That said, I'm really not sure that all this "two pieces of data _must_ be
collected" is as onerous as everybody is saying - the guidance seems _much_
looser than that. For each transaction they want 2 consistent pieces of
evidence of location, but the sources of said data are fairly broad & include
ip address, some form of geolocation and the self reported location by the
end-user, credit card location etc etc. Anything that the vendor believes to
be reasonably reliable according to their data-model really. See guidance
document here:
[http://ec.europa.eu/taxation_customs/resources/documents/tax...](http://ec.europa.eu/taxation_customs/resources/documents/taxation/vat/how_vat_works/telecom/explanatory_notes_2015_en.pdf)
which amongst other things states that a country located account number (bank
/ credit card) combined with a customer self-reported country location is
enough in many cases. (This is what Steam requests already btw.)

The problem for vendors is that the rules pushes liability onto them when they
want certainty, plus the data storage requirements are fairly stringent (10
years!). The tax authorities are effectively saying: you can either collect
enough information to be absolutely certain of the end-user location or
collect less and carry the risk that an audit will result in big fines if we
decide that you've been attempting to evade VAT by misrepresenting the
location of your customers.

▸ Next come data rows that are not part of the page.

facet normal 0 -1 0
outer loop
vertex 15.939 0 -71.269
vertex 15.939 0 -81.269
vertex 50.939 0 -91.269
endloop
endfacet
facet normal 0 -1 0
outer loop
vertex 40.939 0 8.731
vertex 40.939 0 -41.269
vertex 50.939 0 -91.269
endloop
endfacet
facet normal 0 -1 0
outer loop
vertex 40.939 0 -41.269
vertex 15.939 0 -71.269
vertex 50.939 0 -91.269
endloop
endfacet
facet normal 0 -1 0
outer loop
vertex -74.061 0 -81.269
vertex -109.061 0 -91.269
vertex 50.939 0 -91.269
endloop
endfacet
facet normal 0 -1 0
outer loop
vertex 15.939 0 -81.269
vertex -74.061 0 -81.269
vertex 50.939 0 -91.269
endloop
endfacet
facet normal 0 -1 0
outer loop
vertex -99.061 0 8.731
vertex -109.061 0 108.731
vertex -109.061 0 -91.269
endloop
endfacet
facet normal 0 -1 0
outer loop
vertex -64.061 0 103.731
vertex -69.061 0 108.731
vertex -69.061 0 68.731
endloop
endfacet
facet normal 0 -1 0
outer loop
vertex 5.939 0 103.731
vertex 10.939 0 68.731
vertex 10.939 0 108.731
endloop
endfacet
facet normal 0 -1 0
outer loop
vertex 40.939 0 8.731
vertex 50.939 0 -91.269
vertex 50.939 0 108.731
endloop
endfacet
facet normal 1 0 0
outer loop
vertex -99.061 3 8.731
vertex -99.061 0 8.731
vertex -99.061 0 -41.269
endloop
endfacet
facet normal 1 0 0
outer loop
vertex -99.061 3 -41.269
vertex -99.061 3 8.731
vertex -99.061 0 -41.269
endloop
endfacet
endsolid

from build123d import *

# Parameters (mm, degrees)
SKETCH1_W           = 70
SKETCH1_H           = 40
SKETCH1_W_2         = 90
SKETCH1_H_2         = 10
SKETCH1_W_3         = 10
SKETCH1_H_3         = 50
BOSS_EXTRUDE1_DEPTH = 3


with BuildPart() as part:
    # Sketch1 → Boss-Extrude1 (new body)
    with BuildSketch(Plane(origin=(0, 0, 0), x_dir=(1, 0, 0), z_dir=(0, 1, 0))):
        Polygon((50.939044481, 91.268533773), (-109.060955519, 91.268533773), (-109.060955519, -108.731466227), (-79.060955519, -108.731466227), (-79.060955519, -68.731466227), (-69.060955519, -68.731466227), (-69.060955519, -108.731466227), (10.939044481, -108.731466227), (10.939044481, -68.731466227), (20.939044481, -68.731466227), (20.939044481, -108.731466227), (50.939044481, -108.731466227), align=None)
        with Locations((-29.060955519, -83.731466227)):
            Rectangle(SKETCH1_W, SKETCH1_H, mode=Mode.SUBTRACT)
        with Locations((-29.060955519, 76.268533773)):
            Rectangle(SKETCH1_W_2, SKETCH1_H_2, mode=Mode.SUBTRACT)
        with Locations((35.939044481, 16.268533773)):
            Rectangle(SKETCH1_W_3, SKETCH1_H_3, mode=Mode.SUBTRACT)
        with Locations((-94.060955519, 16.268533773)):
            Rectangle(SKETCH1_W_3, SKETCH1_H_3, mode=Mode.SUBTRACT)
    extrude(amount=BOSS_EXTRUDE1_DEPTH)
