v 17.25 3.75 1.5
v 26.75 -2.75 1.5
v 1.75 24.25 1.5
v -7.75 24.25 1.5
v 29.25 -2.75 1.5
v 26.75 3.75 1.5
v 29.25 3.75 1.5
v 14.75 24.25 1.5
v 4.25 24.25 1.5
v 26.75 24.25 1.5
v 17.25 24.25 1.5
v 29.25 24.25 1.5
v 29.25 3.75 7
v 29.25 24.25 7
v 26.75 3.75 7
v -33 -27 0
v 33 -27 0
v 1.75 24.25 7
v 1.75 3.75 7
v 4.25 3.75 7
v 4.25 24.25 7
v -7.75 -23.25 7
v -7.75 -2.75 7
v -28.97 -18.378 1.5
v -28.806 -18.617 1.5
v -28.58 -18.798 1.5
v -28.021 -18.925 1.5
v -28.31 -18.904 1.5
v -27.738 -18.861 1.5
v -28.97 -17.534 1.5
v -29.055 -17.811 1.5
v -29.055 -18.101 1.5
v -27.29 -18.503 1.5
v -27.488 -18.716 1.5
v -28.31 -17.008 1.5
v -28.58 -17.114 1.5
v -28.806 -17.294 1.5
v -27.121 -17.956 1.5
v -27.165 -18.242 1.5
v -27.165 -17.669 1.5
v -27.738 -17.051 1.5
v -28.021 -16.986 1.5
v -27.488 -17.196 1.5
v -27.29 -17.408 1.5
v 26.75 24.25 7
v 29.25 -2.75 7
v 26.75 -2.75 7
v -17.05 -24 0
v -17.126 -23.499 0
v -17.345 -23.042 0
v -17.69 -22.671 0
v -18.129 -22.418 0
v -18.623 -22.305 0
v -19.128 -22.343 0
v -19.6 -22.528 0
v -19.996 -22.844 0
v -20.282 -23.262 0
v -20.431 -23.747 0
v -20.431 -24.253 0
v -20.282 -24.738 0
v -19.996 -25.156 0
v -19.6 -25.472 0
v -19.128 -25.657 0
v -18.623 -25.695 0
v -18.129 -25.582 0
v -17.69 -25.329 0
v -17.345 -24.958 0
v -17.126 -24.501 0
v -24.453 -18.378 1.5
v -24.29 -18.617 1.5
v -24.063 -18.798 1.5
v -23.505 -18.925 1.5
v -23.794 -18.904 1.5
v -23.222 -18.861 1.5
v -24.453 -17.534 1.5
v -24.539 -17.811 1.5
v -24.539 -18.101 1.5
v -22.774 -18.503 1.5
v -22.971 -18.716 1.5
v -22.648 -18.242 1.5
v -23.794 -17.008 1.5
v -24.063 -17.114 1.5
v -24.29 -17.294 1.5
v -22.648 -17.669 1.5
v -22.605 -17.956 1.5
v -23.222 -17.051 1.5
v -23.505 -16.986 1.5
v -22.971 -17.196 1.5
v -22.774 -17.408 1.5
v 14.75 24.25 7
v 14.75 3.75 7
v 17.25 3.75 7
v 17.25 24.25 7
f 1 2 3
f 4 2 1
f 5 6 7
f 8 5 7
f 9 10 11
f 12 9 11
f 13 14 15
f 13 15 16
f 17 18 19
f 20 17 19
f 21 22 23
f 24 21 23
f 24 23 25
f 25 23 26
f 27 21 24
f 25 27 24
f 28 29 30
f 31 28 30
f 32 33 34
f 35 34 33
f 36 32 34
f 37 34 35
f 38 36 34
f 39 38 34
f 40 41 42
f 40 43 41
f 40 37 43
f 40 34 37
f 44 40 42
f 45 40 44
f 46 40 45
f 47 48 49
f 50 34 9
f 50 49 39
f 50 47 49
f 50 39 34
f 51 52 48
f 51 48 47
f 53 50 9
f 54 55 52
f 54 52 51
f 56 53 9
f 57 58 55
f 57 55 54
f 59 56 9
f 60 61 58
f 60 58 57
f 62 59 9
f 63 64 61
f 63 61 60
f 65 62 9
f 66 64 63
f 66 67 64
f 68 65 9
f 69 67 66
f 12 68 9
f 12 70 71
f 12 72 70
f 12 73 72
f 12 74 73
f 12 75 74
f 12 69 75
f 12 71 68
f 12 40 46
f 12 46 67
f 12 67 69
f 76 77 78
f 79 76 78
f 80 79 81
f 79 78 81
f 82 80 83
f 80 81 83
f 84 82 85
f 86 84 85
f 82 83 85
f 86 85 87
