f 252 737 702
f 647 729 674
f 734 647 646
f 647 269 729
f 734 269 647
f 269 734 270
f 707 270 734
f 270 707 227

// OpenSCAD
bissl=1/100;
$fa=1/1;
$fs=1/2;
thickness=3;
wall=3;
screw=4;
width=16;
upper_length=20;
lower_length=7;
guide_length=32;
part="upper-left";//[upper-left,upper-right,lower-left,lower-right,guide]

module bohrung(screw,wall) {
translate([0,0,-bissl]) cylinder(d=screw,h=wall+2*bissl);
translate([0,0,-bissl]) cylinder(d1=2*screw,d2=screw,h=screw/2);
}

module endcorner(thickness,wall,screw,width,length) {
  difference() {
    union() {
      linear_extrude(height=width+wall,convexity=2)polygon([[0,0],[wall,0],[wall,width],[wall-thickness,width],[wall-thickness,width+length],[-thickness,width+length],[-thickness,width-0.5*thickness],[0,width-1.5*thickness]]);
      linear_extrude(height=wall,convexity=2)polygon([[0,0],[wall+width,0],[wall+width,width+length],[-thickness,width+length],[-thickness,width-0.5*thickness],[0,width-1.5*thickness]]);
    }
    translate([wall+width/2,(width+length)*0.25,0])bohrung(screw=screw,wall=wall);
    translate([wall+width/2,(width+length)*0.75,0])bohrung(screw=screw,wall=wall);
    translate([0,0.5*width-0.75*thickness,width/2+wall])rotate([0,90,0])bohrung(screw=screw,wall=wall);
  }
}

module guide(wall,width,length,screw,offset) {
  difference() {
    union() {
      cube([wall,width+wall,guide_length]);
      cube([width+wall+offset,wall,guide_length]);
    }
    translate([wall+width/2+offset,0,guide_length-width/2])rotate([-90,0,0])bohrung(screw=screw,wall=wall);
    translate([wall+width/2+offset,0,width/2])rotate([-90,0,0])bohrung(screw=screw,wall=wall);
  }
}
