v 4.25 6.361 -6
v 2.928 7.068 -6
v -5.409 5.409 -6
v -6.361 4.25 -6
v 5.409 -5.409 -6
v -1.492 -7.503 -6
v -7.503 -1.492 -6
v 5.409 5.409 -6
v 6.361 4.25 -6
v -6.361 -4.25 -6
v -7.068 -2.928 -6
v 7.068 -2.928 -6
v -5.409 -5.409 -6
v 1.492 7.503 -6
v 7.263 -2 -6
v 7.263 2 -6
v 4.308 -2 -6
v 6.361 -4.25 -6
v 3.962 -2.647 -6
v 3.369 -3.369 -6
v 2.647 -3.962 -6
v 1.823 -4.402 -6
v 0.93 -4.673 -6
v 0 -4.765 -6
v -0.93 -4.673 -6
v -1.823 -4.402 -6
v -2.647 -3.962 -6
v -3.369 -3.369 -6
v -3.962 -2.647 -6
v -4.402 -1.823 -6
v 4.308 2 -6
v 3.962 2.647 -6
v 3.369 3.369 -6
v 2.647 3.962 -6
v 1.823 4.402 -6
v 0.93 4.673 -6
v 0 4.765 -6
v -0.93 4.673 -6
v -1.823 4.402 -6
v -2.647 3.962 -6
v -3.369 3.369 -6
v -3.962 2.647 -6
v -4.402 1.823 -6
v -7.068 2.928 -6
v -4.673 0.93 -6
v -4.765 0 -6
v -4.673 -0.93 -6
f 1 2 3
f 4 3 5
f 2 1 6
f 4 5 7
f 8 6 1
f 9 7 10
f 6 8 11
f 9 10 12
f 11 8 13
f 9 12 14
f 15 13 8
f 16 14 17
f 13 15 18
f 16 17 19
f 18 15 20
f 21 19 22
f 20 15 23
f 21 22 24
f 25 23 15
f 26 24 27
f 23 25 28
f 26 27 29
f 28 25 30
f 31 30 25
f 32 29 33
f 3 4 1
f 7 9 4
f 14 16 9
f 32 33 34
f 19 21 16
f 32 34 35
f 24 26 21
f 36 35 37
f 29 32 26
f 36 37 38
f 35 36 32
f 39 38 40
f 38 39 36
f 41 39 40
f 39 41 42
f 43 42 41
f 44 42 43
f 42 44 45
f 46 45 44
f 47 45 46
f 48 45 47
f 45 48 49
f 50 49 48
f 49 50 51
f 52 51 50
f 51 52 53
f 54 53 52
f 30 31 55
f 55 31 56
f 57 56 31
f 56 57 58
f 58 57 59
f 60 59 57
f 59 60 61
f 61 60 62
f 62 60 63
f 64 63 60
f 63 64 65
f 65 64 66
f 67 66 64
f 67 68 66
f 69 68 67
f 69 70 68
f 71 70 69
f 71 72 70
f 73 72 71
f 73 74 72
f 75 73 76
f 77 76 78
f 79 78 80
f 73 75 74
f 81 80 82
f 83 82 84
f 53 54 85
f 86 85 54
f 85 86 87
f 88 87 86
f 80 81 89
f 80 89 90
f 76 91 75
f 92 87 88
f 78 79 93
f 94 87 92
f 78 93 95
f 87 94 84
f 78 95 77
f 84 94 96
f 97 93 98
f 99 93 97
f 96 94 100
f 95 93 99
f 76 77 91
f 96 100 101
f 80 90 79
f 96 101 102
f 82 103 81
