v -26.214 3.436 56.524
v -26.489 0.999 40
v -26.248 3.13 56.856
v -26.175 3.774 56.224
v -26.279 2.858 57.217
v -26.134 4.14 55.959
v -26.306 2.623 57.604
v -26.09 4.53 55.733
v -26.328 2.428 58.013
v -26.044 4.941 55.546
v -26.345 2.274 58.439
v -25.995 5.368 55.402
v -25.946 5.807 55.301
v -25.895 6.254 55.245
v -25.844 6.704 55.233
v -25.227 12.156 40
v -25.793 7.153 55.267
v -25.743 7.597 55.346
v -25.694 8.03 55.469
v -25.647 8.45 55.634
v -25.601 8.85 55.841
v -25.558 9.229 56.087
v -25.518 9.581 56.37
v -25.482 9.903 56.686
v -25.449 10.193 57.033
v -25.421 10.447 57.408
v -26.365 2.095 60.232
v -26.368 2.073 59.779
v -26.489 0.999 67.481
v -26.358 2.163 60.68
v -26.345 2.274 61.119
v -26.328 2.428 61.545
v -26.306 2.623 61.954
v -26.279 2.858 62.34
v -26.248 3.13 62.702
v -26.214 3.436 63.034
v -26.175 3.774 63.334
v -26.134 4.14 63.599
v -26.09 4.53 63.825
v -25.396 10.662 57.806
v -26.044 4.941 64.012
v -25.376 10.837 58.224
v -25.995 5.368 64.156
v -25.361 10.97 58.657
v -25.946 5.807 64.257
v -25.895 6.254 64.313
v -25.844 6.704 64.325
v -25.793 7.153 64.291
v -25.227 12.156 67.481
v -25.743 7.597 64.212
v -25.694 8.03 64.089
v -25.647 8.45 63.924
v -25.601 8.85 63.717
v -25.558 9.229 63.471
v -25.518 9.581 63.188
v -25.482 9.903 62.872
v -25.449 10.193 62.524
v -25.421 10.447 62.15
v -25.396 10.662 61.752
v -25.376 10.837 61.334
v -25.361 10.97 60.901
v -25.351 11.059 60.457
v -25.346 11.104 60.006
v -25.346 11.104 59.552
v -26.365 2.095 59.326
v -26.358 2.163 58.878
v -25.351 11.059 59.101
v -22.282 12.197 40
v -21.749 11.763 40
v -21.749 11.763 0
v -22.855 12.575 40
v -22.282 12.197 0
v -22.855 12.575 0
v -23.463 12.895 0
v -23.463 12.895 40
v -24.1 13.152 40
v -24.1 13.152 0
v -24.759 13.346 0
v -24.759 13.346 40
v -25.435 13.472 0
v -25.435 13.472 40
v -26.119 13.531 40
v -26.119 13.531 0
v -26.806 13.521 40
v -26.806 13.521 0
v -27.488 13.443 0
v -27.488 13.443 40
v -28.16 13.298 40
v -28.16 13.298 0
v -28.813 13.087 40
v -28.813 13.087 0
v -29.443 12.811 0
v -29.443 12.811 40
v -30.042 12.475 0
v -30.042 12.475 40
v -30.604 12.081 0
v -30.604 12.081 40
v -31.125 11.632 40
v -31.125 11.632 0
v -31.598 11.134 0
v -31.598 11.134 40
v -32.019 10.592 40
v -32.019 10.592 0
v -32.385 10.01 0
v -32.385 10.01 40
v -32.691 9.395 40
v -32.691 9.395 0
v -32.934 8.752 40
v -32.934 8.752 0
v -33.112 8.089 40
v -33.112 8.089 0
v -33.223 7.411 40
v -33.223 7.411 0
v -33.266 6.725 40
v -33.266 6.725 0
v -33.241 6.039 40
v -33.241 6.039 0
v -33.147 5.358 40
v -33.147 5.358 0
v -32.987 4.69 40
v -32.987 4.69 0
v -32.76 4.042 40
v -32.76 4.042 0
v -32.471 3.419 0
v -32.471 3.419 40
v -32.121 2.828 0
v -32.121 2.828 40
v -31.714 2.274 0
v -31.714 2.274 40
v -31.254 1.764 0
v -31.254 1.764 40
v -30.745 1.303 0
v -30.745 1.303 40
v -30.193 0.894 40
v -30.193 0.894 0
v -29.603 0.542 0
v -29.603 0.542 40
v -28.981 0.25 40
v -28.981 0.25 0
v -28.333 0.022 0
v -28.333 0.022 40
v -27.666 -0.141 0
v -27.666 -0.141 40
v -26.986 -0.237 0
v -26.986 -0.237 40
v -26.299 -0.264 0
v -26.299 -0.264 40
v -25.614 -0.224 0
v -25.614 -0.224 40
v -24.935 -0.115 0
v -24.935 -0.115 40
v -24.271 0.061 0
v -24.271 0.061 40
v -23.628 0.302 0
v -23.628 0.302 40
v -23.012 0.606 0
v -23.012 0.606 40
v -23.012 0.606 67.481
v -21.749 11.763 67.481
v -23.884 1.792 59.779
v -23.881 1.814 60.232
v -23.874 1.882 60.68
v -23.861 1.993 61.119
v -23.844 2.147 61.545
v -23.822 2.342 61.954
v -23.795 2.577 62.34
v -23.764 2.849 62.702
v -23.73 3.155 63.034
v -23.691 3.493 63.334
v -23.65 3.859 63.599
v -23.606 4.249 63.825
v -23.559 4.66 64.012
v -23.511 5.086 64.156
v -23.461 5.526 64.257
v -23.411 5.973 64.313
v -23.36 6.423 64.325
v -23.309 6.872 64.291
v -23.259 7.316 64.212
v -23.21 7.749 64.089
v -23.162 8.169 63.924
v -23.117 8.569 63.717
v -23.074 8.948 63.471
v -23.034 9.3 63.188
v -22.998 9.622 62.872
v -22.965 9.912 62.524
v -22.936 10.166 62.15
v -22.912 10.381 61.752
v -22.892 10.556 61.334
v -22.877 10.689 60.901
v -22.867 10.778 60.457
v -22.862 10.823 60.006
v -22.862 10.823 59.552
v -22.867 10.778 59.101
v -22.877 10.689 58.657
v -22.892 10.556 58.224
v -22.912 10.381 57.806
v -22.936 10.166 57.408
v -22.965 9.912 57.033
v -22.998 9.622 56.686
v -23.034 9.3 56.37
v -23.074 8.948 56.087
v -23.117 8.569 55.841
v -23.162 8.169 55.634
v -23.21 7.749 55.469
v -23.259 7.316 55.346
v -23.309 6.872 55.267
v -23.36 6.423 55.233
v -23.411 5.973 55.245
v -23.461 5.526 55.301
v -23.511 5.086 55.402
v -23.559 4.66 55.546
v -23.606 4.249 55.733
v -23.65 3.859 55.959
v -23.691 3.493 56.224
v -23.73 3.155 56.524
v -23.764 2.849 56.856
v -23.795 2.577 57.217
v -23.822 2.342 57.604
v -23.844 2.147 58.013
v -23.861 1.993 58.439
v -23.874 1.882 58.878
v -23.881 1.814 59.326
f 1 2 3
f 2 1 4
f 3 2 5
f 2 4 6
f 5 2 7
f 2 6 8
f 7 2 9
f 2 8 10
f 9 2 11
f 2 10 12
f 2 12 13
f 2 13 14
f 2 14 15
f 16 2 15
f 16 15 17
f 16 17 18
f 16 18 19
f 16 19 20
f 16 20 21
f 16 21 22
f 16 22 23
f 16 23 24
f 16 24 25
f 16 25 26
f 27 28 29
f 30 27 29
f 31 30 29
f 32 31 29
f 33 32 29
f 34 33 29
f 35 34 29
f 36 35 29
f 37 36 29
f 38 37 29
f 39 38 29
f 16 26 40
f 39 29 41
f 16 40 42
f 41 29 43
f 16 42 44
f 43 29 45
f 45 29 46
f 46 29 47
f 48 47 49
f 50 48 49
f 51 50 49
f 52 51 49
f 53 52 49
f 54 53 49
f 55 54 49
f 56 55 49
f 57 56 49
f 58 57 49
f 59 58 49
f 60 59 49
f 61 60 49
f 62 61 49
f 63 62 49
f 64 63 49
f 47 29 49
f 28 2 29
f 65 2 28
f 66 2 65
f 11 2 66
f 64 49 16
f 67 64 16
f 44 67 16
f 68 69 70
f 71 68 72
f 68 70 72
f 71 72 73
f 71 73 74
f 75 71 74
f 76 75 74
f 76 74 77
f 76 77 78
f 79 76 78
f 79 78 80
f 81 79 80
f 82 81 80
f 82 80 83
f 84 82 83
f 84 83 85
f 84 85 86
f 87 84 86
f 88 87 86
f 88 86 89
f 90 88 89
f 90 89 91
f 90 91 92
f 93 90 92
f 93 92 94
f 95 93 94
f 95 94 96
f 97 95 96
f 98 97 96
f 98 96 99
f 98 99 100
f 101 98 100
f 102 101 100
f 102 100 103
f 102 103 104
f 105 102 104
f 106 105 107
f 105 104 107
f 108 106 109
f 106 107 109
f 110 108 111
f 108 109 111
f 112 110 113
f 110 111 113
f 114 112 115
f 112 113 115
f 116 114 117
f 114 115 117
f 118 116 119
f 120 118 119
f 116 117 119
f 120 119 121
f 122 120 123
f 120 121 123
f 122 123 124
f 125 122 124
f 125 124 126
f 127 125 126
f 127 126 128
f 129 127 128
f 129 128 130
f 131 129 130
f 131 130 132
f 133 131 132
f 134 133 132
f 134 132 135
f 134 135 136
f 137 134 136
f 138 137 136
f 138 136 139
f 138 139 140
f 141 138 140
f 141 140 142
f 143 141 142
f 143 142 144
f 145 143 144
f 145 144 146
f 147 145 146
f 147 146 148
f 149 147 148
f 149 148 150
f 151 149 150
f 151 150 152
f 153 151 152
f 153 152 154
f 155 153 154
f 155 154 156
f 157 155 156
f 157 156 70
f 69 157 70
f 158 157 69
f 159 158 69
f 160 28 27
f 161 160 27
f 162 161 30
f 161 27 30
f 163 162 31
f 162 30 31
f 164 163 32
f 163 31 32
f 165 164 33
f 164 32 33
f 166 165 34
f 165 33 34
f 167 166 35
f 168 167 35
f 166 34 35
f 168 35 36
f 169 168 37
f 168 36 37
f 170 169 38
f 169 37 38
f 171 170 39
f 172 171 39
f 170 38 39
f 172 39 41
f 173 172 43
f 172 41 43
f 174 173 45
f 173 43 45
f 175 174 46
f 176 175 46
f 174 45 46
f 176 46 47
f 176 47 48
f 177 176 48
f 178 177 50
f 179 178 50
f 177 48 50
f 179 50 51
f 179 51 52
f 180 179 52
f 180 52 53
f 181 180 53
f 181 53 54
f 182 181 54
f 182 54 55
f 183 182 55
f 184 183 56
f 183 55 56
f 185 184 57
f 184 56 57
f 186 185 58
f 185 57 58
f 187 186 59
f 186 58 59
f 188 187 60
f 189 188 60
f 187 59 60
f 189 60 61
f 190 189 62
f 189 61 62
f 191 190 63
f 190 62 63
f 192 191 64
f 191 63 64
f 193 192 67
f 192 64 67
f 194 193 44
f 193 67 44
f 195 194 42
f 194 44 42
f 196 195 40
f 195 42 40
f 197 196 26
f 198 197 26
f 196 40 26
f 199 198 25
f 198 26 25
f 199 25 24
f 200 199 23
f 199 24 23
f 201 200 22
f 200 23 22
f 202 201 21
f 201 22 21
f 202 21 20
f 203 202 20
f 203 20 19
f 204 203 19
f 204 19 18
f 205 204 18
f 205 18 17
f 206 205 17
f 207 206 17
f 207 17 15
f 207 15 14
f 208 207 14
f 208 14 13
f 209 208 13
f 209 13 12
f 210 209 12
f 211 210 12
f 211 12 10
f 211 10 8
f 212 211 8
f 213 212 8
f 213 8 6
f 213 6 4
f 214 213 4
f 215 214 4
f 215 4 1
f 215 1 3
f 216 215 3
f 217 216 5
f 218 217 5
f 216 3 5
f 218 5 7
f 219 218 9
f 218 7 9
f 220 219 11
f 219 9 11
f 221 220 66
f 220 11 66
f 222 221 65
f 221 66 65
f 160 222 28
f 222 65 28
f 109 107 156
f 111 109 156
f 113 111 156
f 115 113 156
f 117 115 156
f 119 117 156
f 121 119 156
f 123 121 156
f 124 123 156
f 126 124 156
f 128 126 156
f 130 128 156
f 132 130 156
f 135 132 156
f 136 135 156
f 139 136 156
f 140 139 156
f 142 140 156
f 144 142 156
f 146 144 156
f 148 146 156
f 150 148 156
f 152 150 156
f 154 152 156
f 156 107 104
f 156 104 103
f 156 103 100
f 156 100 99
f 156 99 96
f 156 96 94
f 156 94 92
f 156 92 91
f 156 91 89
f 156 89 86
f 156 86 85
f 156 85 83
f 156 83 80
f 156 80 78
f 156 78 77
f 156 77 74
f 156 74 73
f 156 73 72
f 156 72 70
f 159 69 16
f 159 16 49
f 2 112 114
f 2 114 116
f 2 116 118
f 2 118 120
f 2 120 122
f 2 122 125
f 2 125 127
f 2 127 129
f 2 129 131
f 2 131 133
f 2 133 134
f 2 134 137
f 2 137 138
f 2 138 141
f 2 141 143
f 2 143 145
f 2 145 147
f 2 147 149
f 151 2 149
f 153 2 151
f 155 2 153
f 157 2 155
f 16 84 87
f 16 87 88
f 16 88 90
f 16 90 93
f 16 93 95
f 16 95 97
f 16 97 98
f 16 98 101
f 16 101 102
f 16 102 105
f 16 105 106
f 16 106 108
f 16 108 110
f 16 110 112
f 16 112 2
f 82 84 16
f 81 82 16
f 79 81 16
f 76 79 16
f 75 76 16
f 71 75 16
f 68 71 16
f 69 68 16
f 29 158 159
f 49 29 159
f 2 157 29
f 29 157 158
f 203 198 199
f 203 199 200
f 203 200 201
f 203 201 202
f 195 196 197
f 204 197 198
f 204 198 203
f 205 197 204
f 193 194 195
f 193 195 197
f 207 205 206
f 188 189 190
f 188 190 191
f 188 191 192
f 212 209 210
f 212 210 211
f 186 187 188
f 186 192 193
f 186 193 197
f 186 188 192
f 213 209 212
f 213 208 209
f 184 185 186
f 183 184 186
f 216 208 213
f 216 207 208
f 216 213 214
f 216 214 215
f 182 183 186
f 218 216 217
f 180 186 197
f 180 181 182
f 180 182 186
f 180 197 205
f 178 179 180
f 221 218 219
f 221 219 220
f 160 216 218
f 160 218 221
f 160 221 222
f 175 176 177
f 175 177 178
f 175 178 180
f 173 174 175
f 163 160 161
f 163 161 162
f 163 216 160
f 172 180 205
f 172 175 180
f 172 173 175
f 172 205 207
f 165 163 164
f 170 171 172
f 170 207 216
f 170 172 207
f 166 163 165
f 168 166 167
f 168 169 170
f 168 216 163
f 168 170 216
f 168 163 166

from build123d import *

# Parameters (mm, degrees)
F0_R     = 6.9
F1_DEPTH = 40
F3_DEPTH = 40
F4_W     = 11.228349
F4_H     = 10.522324
F5_DEPTH = 3.5
F6_W     = 11.228349
F6_H     = 16.9586
F7_DEPTH = 3.5
F8_R     = 4.547119
F9_DEPTH = 2.5


with BuildPart() as f1:
    # F0 (on Top) → F1 (new body)
    with BuildSketch(Plane.XY):
        with Locations((-26.366409, 6.635255)):
            Circle(F0_R)
    extrude(amount=F1_DEPTH)

    # F2 (on face) → F3 (cut)
    with BuildSketch(Plane(origin=(0, 0, 0), x_dir=(1, 0, 0), z_dir=(0, 0, -1))):
        Polygon((-17.36803, 0.397698), (-23.011649, -0.605696), (-21.749303, -11.76286), (-16.136123, -11.266587), align=None)
    extrude(amount=-F3_DEPTH, mode=Mode.SUBTRACT)

    # F4 (on face) → F5 (join)
    with BuildSketch(Plane(origin=(-22.78846, 2.578335, 0), x_dir=(0.112425, 0.99366, 0), z_dir=(0.99366, -0.112425, 0))):
        with Locations((3.62895, 45.261162)):
            Rectangle(F4_W, F4_H)
    extrude(amount=-F5_DEPTH)

    # F6 (on face) → F7 (join)
    with BuildSketch(Plane(origin=(-22.78846, 2.578335, 0), x_dir=(0.112425, 0.99366, 0), z_dir=(0.99366, -0.112425, 0))):
        with Locations((3.62895, 59.001624)):
            Rectangle(F6_W, F6_H)
    extrude(amount=-F7_DEPTH)

    # F8 (on face) → F9 (cut)
    with BuildSketch(Plane(origin=(-26.266271, 2.971822, 0), x_dir=(-0.112425, -0.99366, 0), z_dir=(-0.99366, 0.112425, 0))):
        with Locations((-3.642559, 59.778914)):
            Circle(F8_R)
    extrude(amount=-F9_DEPTH, mode=Mode.SUBTRACT)


solid = f1.part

This is of course no different from any other tax,
but with a new system there's always some uncertainty to begin with until
things settle down & no one likes uncertainty.

------
leimon
this is only on digital goods, right ? why is this only on digital goods. ?
how is this dealt in US, there are different states, and if saas from new york
sells something to LA, how is that dealt ?.

------
chvatalt
Switzerland is in the middle of Europe but not part of the EU.

Just incorporate there.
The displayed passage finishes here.